DATA SHOWN: Begin

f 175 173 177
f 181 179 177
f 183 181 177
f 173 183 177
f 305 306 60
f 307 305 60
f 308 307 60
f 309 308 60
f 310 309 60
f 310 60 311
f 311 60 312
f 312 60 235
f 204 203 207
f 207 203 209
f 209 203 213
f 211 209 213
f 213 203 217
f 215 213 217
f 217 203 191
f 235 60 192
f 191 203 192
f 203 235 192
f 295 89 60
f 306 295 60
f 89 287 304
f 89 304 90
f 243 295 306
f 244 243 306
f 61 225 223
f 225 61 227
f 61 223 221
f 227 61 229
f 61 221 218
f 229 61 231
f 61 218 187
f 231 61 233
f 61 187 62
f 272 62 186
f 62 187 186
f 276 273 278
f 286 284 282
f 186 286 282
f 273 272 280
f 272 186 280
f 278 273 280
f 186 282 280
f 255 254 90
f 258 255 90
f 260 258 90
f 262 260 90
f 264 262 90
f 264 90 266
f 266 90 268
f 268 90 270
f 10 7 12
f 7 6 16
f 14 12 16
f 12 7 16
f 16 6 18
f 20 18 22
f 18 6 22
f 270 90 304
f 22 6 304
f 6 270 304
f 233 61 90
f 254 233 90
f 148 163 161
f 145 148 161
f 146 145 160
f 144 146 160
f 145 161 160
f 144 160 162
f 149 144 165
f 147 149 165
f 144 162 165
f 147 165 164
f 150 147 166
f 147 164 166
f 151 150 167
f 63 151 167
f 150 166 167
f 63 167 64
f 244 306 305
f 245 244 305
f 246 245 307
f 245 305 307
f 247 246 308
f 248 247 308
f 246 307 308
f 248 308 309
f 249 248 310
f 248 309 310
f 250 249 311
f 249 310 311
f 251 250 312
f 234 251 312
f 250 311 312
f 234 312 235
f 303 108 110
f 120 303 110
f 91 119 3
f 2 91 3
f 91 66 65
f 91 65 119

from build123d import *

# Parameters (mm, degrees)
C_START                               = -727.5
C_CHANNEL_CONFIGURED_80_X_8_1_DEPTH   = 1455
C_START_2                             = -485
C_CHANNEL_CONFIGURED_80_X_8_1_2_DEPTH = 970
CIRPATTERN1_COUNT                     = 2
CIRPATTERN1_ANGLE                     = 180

DATA SHOWN: End

● **WHAT IS BEING ASKED**: Reproduce each entry word for word.

● **ANSWER TO THE PROBLEM**:
f 175 173 177
f 181 179 177
f 183 181 177
f 173 183 177
f 305 306 60
f 307 305 60
f 308 307 60
f 309 308 60
f 310 309 60
f 310 60 311
f 311 60 312
f 312 60 235
f 204 203 207
f 207 203 209
f 209 203 213
f 211 209 213
f 213 203 217
f 215 213 217
f 217 203 191
f 235 60 192
f 191 203 192
f 203 235 192
f 295 89 60
f 306 295 60
f 89 287 304
f 89 304 90
f 243 295 306
f 244 243 306
f 61 225 223
f 225 61 227
f 61 223 221
f 227 61 229
f 61 221 218
f 229 61 231
f 61 218 187
f 231 61 233
f 61 187 62
f 272 62 186
f 62 187 186
f 276 273 278
f 286 284 282
f 186 286 282
f 273 272 280
f 272 186 280
f 278 273 280
f 186 282 280
f 255 254 90
f 258 255 90
f 260 258 90
f 262 260 90
f 264 262 90
f 264 90 266
f 266 90 268
f 268 90 270
f 10 7 12
f 7 6 16
f 14 12 16
f 12 7 16
f 16 6 18
f 20 18 22
f 18 6 22
f 270 90 304
f 22 6 304
f 6 270 304
f 233 61 90
f 254 233 90
f 148 163 161
f 145 148 161
f 146 145 160
f 144 146 160
f 145 161 160
f 144 160 162
f 149 144 165
f 147 149 165
f 144 162 165
f 147 165 164
f 150 147 166
f 147 164 166
f 151 150 167
f 63 151 167
f 150 166 167
f 63 167 64
f 244 306 305
f 245 244 305
f 246 245 307
f 245 305 307
f 247 246 308
f 248 247 308
f 246 307 308
f 248 308 309
f 249 248 310
f 248 309 310
f 250 249 311
f 249 310 311
f 251 250 312
f 234 251 312
f 250 311 312
f 234 312 235
f 303 108 110
f 120 303 110
f 91 119 3
f 2 91 3
f 91 66 65
f 91 65 119

from build123d import *

# Parameters (mm, degrees)
C_START                               = -727.5
C_CHANNEL_CONFIGURED_80_X_8_1_DEPTH   = 1455
C_START_2                             = -485
C_CHANNEL_CONFIGURED_80_X_8_1_2_DEPTH = 970
CIRPATTERN1_COUNT                     = 2
CIRPATTERN1_ANGLE                     = 180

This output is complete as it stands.